Retry Jobs and Media Erase (Failed Jobs)
Hi Everyone,
There are two parts to my post, but all relating to a failed job.
Retry Jobs:
In some other products, if your back were to fail and you select to retry the job, it will not backup the entire directory from scratch again, but rather just the items that failed. This would greatly help us, for jobs that are large and take hours to complete, rather than rerunning the entire job just to cover a few files. We sometimes do this manually now by setting up a second job and including only the files that were missed. Is there something that can do this? I understand that it my catch some files that were backed up the first time since there may have been some changes on the files with the snapshot, but I am hoping it would still dramatically shorten the job time.
Erasing Jobs on Media:
This one I can guess is not possible, but I am hoping maybe it is anyway. Is there a way to only erase a job from the media. For example I have a tape with three jobs on it, but the 3rd actually failed and we want to erase the failed job from the tape to free up space?

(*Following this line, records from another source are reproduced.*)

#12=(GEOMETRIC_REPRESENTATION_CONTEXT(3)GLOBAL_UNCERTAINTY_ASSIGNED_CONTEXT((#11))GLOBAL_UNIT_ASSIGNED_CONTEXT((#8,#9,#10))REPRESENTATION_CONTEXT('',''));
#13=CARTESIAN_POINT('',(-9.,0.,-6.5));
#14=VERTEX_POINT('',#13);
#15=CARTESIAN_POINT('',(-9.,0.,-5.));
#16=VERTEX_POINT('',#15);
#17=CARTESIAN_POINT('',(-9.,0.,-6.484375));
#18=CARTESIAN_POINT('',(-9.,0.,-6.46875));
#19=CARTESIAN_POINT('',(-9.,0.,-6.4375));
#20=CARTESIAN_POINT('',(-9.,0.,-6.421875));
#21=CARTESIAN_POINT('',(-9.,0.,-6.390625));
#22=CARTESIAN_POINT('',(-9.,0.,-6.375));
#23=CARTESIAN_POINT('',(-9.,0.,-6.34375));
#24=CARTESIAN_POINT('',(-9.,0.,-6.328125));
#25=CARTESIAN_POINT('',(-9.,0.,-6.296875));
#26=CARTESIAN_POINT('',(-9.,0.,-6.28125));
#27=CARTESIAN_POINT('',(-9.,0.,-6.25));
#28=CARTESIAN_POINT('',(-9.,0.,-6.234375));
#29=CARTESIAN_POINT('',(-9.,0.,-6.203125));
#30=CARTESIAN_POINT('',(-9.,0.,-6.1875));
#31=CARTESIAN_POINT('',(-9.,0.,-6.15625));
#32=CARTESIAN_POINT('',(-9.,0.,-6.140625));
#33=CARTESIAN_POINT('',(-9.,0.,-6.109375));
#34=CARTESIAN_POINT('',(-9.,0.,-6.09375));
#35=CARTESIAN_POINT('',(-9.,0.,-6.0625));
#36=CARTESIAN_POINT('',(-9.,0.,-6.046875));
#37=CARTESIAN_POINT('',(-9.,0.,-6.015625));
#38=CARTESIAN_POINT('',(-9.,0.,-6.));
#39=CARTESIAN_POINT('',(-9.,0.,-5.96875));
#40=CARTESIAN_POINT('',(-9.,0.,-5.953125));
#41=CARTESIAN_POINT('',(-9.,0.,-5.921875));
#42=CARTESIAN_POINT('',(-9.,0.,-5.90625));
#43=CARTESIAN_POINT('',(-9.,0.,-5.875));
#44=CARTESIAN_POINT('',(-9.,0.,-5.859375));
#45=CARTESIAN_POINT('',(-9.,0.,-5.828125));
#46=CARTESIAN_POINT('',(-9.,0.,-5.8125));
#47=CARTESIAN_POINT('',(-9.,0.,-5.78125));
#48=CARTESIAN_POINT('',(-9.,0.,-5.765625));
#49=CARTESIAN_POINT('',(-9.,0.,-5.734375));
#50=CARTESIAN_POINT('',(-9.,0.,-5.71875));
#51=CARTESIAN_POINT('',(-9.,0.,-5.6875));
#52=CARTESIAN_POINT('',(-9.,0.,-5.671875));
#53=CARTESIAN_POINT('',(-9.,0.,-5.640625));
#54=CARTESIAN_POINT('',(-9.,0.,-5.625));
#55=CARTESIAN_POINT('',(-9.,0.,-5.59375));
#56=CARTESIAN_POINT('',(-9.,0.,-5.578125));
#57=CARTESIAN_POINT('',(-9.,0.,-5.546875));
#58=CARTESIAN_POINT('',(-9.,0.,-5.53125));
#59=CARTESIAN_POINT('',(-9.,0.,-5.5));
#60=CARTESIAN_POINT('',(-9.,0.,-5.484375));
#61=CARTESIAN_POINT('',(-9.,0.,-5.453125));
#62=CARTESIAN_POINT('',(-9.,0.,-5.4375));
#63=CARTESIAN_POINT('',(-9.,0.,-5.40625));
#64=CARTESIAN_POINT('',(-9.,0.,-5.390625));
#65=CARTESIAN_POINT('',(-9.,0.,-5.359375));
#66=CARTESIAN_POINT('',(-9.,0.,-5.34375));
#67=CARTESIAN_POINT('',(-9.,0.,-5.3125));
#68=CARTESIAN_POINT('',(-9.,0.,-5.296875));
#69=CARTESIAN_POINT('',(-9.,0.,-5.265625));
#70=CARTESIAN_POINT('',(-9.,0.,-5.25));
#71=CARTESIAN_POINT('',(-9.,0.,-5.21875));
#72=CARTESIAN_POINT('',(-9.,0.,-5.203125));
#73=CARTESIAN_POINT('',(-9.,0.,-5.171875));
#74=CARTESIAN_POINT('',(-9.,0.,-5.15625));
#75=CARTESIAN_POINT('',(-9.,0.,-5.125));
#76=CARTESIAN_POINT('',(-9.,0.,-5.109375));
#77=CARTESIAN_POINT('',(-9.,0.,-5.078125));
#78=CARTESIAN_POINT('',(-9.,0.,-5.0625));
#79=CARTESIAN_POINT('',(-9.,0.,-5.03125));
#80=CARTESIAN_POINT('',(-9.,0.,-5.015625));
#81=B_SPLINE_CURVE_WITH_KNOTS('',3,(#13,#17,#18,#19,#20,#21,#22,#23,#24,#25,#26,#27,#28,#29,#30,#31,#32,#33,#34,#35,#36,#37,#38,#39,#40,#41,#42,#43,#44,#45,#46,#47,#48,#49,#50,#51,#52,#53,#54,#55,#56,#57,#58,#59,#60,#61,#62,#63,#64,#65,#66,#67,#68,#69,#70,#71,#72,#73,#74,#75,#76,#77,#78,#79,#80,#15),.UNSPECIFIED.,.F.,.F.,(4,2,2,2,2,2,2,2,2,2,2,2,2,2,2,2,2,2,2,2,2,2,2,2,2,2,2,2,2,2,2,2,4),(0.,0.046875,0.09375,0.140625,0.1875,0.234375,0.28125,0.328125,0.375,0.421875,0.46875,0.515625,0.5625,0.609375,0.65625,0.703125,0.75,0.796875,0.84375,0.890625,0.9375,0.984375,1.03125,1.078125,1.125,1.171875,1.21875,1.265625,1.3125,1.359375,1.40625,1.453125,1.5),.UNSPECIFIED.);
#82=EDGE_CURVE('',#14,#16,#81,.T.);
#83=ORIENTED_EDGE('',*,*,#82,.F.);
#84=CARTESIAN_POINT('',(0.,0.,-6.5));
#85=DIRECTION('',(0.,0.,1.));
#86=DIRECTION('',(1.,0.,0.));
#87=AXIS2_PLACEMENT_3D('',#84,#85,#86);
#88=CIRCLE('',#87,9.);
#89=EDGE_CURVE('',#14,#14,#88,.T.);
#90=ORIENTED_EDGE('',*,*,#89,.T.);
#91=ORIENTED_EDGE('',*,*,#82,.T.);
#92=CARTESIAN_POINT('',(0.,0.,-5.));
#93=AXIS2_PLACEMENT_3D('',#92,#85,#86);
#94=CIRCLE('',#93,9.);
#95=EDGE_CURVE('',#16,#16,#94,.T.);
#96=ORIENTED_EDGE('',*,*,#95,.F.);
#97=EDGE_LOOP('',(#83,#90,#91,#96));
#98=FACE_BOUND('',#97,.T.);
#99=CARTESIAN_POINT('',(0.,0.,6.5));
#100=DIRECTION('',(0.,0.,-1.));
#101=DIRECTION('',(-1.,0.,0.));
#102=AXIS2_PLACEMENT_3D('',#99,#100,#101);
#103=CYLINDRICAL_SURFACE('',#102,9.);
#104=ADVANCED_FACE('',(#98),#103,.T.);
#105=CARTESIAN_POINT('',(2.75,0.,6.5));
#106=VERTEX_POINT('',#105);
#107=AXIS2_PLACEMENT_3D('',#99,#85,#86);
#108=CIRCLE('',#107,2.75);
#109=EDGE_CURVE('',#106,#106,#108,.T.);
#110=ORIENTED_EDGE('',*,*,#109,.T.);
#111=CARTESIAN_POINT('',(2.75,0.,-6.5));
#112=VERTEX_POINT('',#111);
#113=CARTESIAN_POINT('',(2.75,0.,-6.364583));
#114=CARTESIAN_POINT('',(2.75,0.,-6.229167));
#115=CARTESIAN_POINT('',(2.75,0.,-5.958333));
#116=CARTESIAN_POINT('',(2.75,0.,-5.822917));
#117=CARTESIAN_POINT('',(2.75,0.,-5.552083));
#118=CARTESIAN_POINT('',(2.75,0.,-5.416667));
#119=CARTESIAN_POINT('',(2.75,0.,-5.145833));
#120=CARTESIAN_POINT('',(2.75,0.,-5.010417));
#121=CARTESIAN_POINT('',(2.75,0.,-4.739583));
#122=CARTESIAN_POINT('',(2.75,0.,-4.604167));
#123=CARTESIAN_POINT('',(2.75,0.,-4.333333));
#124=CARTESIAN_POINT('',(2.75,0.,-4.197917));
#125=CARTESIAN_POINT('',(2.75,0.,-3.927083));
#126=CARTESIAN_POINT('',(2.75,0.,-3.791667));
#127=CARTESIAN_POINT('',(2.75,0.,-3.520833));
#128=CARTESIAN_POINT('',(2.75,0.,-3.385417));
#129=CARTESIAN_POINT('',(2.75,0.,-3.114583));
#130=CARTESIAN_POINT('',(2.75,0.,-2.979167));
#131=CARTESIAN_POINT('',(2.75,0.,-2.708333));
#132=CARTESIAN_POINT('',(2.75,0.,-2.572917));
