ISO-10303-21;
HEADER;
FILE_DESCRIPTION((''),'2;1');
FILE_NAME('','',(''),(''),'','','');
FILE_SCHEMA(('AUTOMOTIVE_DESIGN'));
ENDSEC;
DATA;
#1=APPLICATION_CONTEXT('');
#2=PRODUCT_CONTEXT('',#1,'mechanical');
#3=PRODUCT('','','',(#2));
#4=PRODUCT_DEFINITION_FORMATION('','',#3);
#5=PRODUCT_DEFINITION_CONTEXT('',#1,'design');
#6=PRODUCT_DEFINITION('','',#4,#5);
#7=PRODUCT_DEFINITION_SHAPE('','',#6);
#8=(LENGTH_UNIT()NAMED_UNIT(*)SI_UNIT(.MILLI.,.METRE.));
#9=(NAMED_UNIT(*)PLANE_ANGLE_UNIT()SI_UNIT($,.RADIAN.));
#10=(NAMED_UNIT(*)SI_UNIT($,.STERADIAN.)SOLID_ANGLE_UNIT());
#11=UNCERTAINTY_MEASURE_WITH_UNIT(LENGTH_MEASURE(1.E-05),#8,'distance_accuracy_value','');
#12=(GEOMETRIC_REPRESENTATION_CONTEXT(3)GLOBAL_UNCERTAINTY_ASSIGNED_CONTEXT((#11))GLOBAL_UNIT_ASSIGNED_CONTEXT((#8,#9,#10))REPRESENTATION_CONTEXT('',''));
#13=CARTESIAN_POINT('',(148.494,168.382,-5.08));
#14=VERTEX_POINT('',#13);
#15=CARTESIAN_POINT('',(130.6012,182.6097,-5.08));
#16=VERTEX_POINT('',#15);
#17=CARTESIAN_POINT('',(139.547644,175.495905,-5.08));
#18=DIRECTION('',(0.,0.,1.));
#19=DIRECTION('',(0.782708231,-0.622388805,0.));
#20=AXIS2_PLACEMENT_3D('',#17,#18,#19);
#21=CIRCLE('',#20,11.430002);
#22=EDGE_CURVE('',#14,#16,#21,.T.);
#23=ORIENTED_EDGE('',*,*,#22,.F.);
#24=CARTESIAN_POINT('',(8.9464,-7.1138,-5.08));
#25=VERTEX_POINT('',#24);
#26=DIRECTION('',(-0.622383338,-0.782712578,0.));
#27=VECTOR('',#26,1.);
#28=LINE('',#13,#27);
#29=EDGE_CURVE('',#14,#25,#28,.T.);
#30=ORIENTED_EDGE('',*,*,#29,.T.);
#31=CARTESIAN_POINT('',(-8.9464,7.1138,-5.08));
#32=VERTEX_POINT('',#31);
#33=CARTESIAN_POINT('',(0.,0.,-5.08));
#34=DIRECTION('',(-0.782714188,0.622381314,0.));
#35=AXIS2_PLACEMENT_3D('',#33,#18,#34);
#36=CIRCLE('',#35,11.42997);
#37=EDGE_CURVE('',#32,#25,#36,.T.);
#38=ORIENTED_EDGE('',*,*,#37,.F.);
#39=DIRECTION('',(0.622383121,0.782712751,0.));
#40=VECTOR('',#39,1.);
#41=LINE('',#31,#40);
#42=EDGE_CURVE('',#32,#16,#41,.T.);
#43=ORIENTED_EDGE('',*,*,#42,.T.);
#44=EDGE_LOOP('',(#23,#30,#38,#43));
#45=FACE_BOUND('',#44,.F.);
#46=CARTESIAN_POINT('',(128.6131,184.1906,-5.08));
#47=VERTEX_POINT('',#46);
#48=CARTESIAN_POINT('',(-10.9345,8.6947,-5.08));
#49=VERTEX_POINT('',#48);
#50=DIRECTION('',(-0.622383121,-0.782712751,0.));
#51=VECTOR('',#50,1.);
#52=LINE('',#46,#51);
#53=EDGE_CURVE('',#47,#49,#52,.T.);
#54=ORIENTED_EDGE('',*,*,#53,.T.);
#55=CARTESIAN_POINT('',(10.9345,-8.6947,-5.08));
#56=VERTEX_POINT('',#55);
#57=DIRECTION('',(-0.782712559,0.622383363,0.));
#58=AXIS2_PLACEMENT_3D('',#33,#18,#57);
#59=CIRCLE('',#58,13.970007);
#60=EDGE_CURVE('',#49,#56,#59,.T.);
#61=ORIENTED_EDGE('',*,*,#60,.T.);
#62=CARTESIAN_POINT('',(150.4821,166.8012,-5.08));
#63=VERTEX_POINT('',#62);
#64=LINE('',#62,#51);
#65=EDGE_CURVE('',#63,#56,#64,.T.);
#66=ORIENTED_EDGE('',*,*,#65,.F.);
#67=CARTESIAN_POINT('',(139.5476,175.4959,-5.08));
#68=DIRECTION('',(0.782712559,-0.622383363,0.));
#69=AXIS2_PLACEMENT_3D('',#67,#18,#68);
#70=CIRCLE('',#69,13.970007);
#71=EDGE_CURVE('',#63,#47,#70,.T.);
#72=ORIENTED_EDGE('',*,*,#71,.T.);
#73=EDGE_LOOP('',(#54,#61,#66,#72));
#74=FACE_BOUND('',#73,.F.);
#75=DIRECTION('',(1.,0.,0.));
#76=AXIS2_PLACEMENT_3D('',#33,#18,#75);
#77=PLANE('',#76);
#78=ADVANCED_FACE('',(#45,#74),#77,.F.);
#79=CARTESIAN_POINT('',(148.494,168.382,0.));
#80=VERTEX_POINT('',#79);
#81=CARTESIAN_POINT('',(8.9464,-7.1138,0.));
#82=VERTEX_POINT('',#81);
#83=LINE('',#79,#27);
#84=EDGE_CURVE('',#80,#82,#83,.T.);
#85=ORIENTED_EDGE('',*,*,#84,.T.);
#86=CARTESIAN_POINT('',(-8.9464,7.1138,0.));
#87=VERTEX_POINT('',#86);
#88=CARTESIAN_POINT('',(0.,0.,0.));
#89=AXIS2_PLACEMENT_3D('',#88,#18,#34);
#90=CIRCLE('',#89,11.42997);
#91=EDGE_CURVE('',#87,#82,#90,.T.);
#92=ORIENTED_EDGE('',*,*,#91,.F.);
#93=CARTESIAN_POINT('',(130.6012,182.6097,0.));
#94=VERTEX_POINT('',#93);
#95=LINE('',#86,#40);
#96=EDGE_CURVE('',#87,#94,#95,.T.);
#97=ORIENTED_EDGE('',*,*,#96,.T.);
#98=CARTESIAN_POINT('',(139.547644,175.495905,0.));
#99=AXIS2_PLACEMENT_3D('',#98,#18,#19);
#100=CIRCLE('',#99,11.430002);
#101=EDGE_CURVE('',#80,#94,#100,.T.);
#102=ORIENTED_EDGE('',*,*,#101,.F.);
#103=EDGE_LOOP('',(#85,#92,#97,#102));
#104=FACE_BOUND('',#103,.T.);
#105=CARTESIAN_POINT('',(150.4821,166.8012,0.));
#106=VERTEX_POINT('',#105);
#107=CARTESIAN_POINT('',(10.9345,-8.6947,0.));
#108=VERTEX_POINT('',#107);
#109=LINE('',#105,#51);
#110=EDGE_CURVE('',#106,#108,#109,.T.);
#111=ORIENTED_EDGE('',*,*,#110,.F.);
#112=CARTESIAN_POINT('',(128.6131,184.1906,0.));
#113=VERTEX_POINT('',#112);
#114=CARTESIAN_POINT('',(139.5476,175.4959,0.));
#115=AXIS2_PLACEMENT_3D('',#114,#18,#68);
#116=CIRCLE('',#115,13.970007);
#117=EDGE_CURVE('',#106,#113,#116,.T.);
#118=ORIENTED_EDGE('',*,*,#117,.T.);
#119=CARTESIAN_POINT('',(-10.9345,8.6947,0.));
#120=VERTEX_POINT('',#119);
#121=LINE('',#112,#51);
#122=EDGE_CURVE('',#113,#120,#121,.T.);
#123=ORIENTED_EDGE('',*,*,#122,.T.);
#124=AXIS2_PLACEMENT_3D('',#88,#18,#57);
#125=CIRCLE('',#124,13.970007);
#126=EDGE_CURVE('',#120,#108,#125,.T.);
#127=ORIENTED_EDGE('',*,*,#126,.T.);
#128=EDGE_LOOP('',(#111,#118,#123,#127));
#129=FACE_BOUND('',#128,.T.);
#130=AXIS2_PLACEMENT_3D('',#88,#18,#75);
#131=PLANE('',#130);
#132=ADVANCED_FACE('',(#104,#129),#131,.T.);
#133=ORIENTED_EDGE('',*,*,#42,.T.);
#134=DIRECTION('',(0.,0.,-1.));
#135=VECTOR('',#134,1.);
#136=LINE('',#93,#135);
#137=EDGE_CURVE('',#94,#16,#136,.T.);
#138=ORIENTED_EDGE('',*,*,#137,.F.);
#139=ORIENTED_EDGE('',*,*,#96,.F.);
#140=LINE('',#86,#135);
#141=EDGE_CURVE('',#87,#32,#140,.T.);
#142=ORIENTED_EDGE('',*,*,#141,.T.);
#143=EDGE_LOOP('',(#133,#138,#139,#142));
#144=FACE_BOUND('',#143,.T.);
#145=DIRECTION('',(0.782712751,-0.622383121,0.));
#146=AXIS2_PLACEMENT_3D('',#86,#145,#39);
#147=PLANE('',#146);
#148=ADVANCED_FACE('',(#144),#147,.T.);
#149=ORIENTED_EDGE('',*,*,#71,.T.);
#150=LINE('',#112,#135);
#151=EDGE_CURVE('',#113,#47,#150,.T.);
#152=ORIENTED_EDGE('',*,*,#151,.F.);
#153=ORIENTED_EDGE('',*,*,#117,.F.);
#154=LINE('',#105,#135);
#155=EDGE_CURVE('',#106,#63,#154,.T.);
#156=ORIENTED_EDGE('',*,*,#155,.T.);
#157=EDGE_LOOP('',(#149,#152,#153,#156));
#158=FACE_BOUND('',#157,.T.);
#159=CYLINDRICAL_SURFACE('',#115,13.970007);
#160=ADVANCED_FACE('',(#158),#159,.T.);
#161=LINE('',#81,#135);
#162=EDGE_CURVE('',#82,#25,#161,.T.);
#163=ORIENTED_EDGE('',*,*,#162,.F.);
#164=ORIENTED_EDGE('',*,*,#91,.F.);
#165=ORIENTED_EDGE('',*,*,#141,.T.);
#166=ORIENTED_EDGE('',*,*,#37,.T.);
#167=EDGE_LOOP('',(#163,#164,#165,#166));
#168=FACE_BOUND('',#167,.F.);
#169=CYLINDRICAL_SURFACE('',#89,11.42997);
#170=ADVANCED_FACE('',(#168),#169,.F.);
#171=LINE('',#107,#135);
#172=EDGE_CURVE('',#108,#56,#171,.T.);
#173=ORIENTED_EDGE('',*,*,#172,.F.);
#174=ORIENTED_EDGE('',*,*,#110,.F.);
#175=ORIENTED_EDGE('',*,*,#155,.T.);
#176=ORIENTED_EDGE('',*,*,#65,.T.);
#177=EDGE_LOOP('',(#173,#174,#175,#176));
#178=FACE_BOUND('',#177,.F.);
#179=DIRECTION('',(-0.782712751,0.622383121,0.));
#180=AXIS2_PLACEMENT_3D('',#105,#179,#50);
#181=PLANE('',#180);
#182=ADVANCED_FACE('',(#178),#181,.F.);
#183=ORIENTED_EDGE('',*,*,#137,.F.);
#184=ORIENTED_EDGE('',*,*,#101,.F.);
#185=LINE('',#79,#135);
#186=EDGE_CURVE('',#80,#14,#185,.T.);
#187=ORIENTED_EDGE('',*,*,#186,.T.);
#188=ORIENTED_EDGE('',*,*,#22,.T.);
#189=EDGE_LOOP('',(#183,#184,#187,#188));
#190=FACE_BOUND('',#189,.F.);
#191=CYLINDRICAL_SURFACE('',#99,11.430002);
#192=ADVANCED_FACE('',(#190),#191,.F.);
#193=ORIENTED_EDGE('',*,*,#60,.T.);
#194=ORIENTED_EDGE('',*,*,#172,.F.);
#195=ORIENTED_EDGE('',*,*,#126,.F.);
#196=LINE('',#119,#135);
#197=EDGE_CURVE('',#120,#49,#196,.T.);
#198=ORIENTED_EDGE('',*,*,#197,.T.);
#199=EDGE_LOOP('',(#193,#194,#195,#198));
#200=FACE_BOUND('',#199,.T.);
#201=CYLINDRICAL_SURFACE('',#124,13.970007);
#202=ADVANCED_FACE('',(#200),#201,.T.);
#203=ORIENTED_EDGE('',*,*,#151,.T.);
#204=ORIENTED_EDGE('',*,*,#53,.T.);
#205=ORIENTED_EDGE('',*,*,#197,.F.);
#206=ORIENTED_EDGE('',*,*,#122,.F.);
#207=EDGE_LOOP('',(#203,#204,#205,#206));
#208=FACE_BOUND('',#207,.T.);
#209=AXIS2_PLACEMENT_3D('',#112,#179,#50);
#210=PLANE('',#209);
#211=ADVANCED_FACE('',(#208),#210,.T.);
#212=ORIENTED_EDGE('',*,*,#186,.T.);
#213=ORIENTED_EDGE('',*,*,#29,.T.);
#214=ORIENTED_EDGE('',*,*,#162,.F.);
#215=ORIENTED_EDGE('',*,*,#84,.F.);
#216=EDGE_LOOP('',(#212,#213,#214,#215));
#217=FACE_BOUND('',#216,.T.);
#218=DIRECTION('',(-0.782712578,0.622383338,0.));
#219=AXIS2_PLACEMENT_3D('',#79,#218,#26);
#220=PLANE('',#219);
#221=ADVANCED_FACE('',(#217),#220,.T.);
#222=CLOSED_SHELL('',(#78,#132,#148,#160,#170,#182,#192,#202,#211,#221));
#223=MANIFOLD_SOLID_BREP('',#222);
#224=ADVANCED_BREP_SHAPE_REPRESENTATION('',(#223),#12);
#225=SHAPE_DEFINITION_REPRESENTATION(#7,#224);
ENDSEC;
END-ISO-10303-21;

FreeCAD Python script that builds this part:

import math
import FreeCAD as App
import Part
import Sketcher
from FreeCAD import Vector
Q = App.Units.Quantity

doc = App.newDocument("Part")
params = doc.addObject("Spreadsheet::Sheet", "Params")
for row, (alias, value) in enumerate([
    ("sketch1_radius", "0.55 in"),
    ("sketch1_radius2", "0.45 in"),
    ("pad1_length", "0.2 in"),
], start=1):
    params.set(f"A{row}", alias)
    params.set(f"B{row}", "=" + value)
    params.setAlias(f"B{row}", alias)

body = doc.addObject("PartDesign::Body", "Body")

sketch1 = body.newObject("Sketcher::SketchObject", "Sketch")
sketch1.AttachmentSupport = (doc.getObject("XY_Plane"), [""])
sketch1.MapMode = "FlatFace"
sketch1.addGeometry([
    Part.LineSegment(Vector(129, 184, 0), Vector(-11, 9, 0)),
    Part.ArcOfCircle(Part.Circle(Vector(0, 0, 0), Vector(0, 0, 1), 14), math.radians(142), math.radians(322)),
    Part.LineSegment(Vector(11, -9, 0), Vector(150, 167, 0)),
    Part.ArcOfCircle(Part.Circle(Vector(140, 175, 0), Vector(0, 0, 1), 14), math.radians(-38), math.radians(142)),
    Part.ArcOfCircle(Part.Circle(Vector(0, 0, 0), Vector(0, 0, 1), 11), math.radians(142), math.radians(322)),
    Part.LineSegment(Vector(-9, 7, 0), Vector(131, 183, 0)),
    Part.ArcOfCircle(Part.Circle(Vector(140, 175, 0), Vector(0, 0, 1), 11), math.radians(-38), math.radians(142)),
    Part.LineSegment(Vector(148, 168, 0), Vector(9, -7, 0)),
], False)
sketch1.addConstraint([
    Sketcher.Constraint("Tangent", 0, 2, 1, 1),
    Sketcher.Constraint("Tangent", 1, 2, 2, 1),
    Sketcher.Constraint("Tangent", 2, 2, 3, 1),
    Sketcher.Constraint("Tangent", 3, 2, 0, 1),
    Sketcher.Constraint("Tangent", 4, 1, 5, 1),
    Sketcher.Constraint("Tangent", 5, 2, 6, 2),
    Sketcher.Constraint("Tangent", 6, 1, 7, 1),
    Sketcher.Constraint("Tangent", 7, 2, 4, 2),
    Sketcher.Constraint("Coincident", 1, 3, -1, 1),
    Sketcher.Constraint("Coincident", 4, 3, -1, 1),
    Sketcher.Constraint("Coincident", 6, 3, 3, 3),
    Sketcher.Constraint("Equal", 1, 3),
    Sketcher.Constraint("Equal", 4, 6),
    Sketcher.Constraint("Radius", 1, Q("0.55 in")),
    Sketcher.Constraint("Radius", 4, Q("0.45 in")),
    Sketcher.Constraint("Angle", 0, Q("-128.4904 deg")),
    Sketcher.Constraint("DistanceX", -1, 1, 3, 3, Q("5.494 in")),
])
sketch1.setExpression("Constraints[13]", "Params.sketch1_radius")
sketch1.setExpression("Constraints[14]", "Params.sketch1_radius2")
pad1 = body.newObject("PartDesign::Pad", "Pad")
pad1.Profile = sketch1
pad1.setExpression("Length", "Params.pad1_length")
pad1.Reversed = True

doc.recompute()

Is it possible to do the erase only on that job without erasing the whole tape?
Backup Best Practices:
So we want to try reduce the amount of failing jobs we get, which in the grand scheme of things is not alot, but we really want to cut it down as much as possible. Are there any best practices about how big backup jobs should be? For example is it advisable that we have backups that are up to 10Tb? Or should these sort of things be broken down to smaller jobs? not sure if there are any Best Practices involving this.
Kind Regards,
Stuart
BE 15 does have checkpoint/restart which allows you to restart jobs.
You cannot delete specific backup sets from a tape. The only way to erase a tape is to overwrite it, but this will erase everything on the tape.
There is no guideline as to how big your job should be. It is up to the installation to decide. Having everything in one big job means less scheduling problems, but increases the risk of job failures.